Activity:
Please keep to the lines below from the one with "#39=VERTEX_POINT('',#38);" through the one with "#53=EDGE_CURVE('',#41,#49,#52,.F.);", and restate them word for word, ends included.

Data for processing:
------

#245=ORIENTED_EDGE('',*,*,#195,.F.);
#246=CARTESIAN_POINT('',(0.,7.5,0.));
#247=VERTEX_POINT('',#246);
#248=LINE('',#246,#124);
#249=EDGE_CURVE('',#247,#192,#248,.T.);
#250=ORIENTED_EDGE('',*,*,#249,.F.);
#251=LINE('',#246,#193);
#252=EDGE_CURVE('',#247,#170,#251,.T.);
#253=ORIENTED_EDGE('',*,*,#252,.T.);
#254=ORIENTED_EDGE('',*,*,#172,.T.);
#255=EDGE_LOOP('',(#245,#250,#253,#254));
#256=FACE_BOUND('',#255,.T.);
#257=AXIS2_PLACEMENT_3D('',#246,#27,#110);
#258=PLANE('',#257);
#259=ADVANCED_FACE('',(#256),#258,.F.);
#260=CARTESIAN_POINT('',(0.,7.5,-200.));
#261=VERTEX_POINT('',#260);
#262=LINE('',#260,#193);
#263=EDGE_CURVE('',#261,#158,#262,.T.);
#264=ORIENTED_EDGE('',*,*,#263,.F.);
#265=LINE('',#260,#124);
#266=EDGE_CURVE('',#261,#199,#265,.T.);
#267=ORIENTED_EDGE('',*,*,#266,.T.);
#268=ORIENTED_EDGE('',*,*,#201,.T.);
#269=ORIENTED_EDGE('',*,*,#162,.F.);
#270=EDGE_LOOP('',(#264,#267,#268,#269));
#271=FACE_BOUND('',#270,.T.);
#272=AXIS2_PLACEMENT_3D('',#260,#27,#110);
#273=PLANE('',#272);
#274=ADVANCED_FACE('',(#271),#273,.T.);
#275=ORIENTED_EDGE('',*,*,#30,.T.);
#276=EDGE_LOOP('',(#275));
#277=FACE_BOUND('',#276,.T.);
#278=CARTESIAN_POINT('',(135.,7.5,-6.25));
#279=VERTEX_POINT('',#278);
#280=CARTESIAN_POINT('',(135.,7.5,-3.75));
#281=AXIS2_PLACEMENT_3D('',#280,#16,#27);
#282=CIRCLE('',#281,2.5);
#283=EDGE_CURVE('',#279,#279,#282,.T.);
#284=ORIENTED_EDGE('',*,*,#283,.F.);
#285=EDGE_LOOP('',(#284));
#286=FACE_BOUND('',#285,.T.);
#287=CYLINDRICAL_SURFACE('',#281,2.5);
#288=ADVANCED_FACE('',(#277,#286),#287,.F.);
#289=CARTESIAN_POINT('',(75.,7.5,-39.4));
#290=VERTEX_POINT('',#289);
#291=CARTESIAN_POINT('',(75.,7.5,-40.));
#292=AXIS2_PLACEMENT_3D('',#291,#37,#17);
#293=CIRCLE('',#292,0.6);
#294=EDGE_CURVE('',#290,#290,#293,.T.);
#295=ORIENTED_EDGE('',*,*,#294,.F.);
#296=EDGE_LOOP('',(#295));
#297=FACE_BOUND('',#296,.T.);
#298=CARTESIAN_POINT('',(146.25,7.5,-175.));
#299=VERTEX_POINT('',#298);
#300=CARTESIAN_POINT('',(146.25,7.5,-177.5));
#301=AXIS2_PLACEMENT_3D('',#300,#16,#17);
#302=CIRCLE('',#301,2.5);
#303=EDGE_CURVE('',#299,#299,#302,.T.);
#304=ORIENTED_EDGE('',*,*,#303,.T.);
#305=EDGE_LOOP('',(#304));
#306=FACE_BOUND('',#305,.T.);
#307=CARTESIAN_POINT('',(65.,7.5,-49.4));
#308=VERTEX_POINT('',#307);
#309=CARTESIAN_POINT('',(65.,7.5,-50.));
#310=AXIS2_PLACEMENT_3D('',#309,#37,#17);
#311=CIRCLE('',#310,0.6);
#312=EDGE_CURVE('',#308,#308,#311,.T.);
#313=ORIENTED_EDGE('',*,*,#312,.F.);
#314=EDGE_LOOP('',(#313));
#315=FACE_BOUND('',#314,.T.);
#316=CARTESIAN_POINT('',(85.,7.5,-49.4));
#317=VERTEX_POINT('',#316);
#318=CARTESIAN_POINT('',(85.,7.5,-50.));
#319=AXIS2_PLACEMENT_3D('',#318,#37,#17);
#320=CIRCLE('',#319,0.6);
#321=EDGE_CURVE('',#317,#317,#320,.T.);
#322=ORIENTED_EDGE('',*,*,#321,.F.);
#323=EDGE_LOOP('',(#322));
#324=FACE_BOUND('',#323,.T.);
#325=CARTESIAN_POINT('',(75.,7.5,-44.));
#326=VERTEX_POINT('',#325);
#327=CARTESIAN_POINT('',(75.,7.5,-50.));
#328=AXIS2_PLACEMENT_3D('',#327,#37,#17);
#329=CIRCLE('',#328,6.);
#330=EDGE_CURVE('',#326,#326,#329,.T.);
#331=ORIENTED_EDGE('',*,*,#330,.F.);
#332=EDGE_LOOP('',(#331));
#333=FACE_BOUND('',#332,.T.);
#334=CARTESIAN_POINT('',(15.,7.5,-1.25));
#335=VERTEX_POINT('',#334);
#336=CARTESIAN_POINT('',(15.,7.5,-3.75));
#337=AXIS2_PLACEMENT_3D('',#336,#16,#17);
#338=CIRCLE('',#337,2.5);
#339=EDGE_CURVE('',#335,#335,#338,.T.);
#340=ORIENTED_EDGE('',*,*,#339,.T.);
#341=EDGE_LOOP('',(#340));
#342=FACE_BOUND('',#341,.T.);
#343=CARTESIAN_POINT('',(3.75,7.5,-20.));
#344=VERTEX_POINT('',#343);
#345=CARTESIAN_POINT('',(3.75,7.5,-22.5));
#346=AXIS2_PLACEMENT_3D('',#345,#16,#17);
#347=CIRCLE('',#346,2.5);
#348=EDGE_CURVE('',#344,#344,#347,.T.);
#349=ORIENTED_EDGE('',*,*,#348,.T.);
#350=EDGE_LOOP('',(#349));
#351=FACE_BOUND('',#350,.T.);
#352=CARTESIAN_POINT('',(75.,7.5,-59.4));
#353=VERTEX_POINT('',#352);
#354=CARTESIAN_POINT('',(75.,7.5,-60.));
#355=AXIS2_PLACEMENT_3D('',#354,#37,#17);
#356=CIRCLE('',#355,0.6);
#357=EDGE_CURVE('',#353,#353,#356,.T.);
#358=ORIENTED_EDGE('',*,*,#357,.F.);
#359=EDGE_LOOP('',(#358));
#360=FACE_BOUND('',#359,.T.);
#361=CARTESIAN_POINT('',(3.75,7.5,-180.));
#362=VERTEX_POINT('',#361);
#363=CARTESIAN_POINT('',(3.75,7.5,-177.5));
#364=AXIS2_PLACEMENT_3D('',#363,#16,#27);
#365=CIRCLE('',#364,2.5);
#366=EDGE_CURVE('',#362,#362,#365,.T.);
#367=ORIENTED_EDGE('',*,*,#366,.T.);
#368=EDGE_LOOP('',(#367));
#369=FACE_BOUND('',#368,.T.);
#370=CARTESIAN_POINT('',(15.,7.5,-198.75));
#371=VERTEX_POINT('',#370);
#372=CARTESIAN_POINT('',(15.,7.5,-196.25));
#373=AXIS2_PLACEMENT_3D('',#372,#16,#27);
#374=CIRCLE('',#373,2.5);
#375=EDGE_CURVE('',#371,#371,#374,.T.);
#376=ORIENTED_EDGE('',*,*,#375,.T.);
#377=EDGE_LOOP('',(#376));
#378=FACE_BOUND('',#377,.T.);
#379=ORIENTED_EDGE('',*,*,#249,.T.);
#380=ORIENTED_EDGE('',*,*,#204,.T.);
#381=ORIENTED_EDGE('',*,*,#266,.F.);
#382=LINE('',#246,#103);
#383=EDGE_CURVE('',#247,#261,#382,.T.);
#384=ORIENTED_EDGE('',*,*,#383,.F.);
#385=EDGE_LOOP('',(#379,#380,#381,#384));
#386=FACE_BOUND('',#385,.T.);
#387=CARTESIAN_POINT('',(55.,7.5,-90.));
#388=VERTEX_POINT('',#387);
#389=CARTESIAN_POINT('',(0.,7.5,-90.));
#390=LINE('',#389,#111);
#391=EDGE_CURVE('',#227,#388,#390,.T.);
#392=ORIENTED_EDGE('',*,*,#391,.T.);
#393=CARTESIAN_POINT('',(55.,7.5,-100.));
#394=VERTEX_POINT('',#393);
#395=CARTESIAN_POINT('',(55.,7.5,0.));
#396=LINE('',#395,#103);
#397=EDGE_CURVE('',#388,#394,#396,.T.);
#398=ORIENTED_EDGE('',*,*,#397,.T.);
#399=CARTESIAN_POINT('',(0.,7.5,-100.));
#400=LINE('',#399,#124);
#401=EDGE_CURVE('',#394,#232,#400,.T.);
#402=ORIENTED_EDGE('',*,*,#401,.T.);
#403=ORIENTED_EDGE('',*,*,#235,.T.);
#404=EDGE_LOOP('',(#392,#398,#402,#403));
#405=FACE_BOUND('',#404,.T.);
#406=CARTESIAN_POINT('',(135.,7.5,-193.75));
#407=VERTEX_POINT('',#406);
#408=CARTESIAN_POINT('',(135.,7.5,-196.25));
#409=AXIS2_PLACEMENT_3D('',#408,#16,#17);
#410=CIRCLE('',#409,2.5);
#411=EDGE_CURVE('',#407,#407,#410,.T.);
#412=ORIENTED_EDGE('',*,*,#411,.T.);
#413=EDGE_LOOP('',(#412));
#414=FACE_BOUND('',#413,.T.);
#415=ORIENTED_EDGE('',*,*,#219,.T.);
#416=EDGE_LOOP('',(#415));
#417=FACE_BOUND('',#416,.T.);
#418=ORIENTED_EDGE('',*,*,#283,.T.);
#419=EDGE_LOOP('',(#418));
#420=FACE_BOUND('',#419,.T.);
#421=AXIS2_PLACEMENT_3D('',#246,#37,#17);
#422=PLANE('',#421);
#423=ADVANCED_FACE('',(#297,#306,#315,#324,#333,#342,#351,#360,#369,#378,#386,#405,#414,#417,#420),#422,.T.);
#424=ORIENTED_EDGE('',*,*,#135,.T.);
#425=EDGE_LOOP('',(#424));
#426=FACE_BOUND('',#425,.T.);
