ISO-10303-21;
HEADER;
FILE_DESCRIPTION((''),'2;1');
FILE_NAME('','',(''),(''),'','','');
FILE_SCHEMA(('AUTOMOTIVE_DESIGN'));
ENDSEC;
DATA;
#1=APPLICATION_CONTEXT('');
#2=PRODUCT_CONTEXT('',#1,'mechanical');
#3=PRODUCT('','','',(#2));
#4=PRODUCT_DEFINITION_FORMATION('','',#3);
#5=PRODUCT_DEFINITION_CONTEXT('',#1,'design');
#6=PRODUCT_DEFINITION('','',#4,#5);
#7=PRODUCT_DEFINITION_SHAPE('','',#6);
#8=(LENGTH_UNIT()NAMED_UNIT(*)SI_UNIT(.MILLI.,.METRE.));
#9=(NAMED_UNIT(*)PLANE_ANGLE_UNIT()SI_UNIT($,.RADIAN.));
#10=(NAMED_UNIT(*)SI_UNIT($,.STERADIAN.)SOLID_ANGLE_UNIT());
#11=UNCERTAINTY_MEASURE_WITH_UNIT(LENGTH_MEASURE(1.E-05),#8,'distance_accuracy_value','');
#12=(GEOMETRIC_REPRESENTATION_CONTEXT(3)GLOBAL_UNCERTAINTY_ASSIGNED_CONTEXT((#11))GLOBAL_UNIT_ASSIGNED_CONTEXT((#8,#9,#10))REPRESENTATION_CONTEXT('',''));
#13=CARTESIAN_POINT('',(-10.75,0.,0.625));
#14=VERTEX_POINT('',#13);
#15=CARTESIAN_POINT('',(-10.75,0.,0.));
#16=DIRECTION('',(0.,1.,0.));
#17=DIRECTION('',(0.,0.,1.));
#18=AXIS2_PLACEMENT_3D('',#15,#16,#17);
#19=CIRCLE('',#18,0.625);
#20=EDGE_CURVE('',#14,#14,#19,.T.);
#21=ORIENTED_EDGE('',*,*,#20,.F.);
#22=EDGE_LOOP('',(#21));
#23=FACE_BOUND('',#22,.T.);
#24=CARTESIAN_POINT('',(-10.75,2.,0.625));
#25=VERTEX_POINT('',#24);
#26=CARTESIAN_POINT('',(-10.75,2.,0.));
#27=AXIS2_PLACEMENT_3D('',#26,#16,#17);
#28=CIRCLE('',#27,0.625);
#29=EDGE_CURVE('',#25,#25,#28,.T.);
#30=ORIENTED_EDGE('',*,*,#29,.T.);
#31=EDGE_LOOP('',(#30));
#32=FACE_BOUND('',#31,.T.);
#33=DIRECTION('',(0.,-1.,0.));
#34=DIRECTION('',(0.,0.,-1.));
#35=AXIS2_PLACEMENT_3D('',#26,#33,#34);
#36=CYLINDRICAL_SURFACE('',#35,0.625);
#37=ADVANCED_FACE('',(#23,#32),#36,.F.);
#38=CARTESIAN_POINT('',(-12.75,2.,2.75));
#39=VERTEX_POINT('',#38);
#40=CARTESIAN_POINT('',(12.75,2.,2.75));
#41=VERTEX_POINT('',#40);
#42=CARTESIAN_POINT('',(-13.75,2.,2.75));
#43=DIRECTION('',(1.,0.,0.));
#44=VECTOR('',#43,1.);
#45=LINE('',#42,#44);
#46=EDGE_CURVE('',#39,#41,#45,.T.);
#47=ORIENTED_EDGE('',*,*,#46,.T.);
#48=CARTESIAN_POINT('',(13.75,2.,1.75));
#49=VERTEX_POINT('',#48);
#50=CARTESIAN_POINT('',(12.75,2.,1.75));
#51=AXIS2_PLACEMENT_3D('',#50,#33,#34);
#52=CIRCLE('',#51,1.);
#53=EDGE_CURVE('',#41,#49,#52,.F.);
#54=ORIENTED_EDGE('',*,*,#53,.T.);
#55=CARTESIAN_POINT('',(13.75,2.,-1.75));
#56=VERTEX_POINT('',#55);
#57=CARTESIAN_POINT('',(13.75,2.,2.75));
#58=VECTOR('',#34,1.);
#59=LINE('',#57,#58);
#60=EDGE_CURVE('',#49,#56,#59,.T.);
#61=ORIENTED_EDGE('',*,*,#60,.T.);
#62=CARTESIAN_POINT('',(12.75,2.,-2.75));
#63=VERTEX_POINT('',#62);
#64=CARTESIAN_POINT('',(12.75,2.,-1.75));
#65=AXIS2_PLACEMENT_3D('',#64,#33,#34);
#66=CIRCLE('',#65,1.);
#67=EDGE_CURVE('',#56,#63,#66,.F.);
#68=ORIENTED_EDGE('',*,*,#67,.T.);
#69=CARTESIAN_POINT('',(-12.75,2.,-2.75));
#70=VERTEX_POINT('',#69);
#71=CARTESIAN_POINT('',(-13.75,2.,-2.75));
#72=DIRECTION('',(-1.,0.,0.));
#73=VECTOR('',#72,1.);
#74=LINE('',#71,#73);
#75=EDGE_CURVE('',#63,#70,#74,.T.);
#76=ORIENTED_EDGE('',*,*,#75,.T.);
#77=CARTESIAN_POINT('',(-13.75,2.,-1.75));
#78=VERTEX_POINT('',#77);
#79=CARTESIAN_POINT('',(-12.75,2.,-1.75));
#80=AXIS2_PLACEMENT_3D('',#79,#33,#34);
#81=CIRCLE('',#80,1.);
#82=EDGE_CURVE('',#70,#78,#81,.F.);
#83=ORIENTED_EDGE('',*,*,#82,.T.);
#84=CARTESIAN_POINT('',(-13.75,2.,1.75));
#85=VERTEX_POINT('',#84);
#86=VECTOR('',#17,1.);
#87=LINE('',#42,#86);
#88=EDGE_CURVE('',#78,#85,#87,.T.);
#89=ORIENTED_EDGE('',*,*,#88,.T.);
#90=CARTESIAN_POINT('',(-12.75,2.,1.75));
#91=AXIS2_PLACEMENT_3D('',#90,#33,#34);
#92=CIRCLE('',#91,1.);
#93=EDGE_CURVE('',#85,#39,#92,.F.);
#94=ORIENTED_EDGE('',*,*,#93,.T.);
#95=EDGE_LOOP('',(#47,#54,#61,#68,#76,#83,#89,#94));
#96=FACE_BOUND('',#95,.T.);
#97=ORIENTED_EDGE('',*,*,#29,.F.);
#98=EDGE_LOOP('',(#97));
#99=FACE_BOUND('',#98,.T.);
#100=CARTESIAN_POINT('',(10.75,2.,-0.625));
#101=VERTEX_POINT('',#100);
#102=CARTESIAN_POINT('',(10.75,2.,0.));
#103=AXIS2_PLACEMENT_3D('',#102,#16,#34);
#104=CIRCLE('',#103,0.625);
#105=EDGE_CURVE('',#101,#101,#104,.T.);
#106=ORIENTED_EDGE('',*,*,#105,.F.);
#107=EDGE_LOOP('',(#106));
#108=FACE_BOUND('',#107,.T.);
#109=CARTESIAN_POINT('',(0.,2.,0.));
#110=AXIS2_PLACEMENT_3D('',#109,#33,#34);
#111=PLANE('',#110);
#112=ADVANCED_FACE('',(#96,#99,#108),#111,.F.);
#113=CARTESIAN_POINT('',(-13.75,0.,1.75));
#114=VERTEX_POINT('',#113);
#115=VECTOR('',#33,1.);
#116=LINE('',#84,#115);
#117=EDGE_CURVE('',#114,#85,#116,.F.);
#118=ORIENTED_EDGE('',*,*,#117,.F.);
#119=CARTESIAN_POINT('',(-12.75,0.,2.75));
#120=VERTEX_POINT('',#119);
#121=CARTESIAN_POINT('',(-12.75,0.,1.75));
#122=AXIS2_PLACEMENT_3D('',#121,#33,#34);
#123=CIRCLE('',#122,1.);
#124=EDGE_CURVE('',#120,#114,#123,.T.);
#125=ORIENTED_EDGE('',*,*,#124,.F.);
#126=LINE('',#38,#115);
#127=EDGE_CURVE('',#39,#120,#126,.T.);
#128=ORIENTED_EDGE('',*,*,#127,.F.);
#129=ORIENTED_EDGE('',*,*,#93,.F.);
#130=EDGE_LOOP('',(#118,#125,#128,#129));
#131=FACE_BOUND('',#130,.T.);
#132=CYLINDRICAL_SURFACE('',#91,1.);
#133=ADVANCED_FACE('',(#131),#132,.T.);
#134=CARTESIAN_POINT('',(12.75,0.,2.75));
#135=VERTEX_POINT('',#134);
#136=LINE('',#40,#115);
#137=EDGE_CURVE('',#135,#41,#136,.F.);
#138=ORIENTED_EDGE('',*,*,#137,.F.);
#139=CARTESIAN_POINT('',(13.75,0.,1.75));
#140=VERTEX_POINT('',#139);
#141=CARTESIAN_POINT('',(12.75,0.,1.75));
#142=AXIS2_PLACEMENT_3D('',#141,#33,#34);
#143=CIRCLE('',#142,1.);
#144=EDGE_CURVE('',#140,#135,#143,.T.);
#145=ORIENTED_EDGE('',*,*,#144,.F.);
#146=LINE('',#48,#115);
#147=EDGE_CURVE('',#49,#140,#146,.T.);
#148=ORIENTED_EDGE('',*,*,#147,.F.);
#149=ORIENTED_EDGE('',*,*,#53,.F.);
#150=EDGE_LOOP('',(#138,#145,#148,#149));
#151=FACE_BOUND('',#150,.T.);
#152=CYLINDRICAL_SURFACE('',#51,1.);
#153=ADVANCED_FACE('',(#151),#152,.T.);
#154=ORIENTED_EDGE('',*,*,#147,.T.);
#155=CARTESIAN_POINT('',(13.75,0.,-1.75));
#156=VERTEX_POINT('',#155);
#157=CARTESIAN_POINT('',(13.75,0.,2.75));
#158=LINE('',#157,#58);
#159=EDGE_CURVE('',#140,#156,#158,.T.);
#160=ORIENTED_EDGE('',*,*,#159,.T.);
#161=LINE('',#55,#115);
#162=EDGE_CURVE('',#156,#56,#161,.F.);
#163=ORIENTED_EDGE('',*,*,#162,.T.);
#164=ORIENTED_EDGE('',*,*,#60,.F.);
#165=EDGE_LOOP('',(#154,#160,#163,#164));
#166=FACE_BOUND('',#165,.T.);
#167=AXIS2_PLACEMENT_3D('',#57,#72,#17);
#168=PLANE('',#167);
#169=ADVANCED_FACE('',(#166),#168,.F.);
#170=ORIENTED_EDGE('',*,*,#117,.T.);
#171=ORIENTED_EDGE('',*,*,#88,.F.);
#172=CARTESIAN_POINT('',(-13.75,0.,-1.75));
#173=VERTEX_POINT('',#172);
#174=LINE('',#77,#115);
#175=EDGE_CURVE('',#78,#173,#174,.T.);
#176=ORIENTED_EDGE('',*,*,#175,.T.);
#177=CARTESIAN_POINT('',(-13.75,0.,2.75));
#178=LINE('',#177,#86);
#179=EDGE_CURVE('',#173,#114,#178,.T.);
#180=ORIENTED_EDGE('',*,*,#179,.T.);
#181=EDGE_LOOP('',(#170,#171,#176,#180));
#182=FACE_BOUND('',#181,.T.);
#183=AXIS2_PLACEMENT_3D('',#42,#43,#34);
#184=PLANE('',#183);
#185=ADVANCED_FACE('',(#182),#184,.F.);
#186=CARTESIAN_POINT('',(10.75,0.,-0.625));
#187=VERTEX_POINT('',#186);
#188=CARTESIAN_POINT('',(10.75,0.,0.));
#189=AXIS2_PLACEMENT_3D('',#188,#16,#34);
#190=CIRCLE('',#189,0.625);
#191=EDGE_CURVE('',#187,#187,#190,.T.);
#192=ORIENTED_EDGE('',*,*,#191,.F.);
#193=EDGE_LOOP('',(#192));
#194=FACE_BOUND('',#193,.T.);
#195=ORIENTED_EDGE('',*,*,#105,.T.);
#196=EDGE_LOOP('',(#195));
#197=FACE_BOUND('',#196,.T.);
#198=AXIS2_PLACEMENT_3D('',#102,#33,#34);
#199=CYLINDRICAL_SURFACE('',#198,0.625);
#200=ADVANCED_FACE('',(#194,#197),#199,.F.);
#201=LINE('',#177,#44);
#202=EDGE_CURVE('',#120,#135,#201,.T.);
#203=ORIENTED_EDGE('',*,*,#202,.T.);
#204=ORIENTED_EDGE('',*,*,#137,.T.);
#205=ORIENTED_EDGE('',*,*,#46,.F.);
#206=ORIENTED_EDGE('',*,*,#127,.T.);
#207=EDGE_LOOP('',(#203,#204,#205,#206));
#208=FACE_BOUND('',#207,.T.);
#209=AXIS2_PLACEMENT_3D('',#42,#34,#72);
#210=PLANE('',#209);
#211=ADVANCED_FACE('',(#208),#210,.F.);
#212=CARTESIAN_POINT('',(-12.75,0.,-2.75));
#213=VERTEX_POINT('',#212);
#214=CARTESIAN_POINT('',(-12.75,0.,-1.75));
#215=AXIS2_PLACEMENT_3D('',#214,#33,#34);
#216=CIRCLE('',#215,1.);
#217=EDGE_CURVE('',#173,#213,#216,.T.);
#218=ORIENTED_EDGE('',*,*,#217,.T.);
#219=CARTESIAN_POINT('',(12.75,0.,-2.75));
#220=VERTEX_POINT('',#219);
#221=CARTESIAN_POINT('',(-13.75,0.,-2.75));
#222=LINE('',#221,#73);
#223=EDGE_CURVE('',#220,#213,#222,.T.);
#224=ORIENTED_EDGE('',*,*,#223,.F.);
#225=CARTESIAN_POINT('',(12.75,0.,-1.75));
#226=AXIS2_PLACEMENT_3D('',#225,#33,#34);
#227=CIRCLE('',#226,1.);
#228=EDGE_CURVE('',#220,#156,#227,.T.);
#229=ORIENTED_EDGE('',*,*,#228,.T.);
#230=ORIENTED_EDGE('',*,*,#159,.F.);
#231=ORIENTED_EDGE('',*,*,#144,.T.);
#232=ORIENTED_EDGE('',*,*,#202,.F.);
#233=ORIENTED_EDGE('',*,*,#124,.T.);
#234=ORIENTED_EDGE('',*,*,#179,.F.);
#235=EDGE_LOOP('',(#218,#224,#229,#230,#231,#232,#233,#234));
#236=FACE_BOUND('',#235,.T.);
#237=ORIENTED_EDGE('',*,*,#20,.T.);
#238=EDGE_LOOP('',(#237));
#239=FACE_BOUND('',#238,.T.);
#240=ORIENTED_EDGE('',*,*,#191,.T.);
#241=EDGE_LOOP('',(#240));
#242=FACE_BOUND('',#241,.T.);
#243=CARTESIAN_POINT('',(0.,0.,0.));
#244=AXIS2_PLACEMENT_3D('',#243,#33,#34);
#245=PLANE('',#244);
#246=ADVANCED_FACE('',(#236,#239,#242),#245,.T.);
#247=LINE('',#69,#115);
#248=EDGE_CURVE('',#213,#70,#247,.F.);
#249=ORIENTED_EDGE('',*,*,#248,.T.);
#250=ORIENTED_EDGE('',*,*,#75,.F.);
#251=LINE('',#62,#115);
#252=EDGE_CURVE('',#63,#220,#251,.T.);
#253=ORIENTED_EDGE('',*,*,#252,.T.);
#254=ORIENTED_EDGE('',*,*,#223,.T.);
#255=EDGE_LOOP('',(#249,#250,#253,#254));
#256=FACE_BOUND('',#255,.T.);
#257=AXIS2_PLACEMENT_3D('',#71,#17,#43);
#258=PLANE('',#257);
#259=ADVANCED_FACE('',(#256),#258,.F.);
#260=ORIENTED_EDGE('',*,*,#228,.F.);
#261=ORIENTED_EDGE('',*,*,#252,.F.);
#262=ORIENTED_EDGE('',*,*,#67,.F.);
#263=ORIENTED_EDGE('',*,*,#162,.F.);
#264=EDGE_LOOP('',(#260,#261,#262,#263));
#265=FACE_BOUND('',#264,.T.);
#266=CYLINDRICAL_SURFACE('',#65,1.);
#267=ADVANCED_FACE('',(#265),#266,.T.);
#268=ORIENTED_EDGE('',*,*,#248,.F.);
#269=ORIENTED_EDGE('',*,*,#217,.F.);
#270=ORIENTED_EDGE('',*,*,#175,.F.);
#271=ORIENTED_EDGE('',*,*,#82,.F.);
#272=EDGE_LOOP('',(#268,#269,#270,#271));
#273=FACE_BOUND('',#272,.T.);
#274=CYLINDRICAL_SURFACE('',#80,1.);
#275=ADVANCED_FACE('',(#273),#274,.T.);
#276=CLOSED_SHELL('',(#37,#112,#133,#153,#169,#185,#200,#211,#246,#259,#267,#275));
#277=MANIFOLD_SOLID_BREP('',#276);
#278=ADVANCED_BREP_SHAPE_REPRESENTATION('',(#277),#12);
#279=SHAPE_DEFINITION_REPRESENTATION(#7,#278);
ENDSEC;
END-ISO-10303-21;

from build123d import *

# Parameters (mm, degrees)
CROQUIS1_W              = 27.5
CROQUIS1_H              = 5.5
CROQUIS1_R              = 0.625
SALIENTE_EXTRUIR1_DEPTH = 2
REDONDEO1_R             = 1


with BuildPart() as part:
    # Croquis1 → Saliente-Extruir1 (new body)
    with BuildSketch(Plane(origin=(0, 0, 0), x_dir=(1, 0, 0), z_dir=(0, 1, 0))):
        Rectangle(CROQUIS1_W, CROQUIS1_H)
        with Locations(Location((-10.75, 0, 0), (0, 0, 270))):
            Circle(CROQUIS1_R, mode=Mode.SUBTRACT)
        with Locations(Location((10.75, 0, 0), (0, 0, 90))):
            Circle(CROQUIS1_R, mode=Mode.SUBTRACT)
    extrude(amount=SALIENTE_EXTRUIR1_DEPTH)

    # Redondeo1
    redondeo1_edges = [part.edges().sort_by_distance(p)[0] for p in [
        (13.75, 1, 2.75),
        (-13.75, 1, 2.75),
        (-13.75, 1, -2.75),
        (13.75, 1, -2.75),
    ]]
    fillet(redondeo1_edges, radius=REDONDEO1_R)


solid = part.part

------

Output of the task:
#39=VERTEX_POINT('',#38);
#40=CARTESIAN_POINT('',(12.75,2.,2.75));
#41=VERTEX_POINT('',#40);
#42=CARTESIAN_POINT('',(-13.75,2.,2.75));
#43=DIRECTION('',(1.,0.,0.));
#44=VECTOR('',#43,1.);
#45=LINE('',#42,#44);
#46=EDGE_CURVE('',#39,#41,#45,.T.);
#47=ORIENTED_EDGE('',*,*,#46,.T.);
#48=CARTESIAN_POINT('',(13.75,2.,1.75));
#49=VERTEX_POINT('',#48);
#50=CARTESIAN_POINT('',(12.75,2.,1.75));
#51=AXIS2_PLACEMENT_3D('',#50,#33,#34);
#52=CIRCLE('',#51,1.);
#53=EDGE_CURVE('',#41,#49,#52,.F.);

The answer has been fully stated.